— What is needed —
Return every line from the records below with the string "LineSegment".

— Record extracts —
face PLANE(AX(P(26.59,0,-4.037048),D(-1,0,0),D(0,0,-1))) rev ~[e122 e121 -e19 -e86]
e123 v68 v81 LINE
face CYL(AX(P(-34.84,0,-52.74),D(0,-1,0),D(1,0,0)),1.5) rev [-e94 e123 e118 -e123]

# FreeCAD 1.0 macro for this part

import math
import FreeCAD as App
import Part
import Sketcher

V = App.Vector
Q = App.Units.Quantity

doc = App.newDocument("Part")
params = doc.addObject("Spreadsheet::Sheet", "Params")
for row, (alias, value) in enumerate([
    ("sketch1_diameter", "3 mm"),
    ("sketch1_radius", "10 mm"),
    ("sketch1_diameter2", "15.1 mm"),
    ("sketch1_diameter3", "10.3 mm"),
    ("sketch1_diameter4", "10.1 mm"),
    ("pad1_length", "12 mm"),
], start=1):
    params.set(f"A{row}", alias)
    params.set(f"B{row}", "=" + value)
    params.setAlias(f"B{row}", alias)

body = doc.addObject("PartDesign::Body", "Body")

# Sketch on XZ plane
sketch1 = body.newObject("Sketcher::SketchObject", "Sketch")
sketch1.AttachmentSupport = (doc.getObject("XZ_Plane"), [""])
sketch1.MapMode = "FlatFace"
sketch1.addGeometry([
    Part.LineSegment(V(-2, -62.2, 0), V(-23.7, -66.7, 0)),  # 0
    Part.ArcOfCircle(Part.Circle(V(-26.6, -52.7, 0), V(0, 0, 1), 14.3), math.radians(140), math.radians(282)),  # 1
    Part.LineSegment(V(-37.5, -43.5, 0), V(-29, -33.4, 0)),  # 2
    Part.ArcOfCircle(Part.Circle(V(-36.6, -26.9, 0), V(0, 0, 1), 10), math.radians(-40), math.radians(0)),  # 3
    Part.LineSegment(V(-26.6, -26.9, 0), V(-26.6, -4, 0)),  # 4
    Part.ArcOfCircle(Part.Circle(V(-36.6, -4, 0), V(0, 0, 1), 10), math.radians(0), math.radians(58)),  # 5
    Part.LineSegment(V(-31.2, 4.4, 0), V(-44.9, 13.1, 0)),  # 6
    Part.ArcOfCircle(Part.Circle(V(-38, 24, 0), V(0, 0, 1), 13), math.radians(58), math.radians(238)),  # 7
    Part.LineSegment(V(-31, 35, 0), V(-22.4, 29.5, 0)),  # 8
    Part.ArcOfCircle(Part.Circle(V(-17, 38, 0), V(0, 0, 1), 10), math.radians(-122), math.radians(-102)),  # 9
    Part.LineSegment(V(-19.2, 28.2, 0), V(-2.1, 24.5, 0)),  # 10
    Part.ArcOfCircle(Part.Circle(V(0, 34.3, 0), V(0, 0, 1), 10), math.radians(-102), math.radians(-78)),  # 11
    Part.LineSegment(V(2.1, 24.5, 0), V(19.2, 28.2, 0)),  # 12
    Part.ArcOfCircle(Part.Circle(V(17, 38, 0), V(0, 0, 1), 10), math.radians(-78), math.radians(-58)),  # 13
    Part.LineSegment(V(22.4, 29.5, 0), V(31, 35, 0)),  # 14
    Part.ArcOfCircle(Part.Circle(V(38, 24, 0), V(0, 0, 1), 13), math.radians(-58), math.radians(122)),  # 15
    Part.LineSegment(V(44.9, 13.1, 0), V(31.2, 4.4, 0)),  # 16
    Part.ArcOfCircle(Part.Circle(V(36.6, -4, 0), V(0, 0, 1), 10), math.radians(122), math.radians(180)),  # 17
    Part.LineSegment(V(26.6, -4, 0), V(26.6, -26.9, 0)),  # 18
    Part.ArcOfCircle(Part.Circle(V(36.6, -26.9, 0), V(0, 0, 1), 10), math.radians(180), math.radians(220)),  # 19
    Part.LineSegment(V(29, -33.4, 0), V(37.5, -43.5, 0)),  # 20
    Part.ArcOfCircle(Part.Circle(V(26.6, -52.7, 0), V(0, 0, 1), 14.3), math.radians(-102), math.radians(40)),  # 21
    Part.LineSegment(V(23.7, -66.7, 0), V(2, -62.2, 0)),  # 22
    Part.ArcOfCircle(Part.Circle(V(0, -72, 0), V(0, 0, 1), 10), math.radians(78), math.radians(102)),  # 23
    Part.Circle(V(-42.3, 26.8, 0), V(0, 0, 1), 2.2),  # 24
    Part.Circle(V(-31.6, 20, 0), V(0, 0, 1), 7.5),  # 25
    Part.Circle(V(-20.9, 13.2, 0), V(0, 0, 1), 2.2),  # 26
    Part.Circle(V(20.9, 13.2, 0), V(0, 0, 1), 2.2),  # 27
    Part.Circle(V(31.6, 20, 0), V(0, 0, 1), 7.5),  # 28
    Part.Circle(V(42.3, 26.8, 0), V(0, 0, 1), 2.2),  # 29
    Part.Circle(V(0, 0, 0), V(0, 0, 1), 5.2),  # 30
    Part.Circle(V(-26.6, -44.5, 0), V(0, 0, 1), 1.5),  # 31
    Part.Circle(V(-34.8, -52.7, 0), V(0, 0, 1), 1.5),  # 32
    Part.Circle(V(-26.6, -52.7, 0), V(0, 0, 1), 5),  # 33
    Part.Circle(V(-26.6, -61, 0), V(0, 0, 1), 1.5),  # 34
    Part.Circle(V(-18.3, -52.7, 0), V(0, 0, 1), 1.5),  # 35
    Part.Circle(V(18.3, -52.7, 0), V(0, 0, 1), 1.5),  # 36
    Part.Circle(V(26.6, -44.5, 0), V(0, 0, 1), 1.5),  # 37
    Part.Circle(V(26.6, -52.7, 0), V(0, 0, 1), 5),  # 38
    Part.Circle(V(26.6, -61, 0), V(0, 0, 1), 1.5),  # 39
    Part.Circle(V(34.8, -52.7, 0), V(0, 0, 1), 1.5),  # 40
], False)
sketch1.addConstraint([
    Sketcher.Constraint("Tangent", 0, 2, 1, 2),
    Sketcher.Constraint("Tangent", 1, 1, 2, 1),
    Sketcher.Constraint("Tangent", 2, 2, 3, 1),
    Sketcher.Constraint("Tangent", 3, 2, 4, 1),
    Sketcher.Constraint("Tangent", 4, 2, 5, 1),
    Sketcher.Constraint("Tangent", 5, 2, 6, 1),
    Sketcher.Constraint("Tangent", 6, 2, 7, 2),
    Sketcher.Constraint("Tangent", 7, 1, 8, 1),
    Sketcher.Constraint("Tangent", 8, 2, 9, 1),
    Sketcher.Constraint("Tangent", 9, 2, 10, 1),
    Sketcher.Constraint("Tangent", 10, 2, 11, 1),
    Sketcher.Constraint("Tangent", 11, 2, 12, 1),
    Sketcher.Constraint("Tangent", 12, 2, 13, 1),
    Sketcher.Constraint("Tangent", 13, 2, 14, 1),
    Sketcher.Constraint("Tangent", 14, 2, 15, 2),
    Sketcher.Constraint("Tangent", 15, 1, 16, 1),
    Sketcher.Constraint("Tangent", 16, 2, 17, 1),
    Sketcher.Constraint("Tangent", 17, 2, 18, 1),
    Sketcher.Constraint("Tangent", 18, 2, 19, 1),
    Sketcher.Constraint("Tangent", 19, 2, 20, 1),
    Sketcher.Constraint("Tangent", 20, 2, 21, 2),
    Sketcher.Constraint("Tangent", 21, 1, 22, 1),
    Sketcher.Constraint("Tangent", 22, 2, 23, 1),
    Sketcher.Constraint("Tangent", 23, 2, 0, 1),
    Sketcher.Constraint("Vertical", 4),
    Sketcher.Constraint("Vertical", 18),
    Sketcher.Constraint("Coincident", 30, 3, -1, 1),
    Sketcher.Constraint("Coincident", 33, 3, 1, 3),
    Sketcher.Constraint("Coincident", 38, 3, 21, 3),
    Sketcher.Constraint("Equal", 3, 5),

— Solution to this exercise —
    Part.LineSegment(V(-2, -62.2, 0), V(-23.7, -66.7, 0)),  # 0
    Part.LineSegment(V(-37.5, -43.5, 0), V(-29, -33.4, 0)),  # 2
    Part.LineSegment(V(-26.6, -26.9, 0), V(-26.6, -4, 0)),  # 4
    Part.LineSegment(V(-31.2, 4.4, 0), V(-44.9, 13.1, 0)),  # 6
    Part.LineSegment(V(-31, 35, 0), V(-22.4, 29.5, 0)),  # 8
    Part.LineSegment(V(-19.2, 28.2, 0), V(-2.1, 24.5, 0)),  # 10
    Part.LineSegment(V(2.1, 24.5, 0), V(19.2, 28.2, 0)),  # 12
    Part.LineSegment(V(22.4, 29.5, 0), V(31, 35, 0)),  # 14
    Part.LineSegment(V(44.9, 13.1, 0), V(31.2, 4.4, 0)),  # 16
    Part.LineSegment(V(26.6, -4, 0), V(26.6, -26.9, 0)),  # 18
    Part.LineSegment(V(29, -33.4, 0), V(37.5, -43.5, 0)),  # 20
    Part.LineSegment(V(23.7, -66.7, 0), V(2, -62.2, 0)),  # 22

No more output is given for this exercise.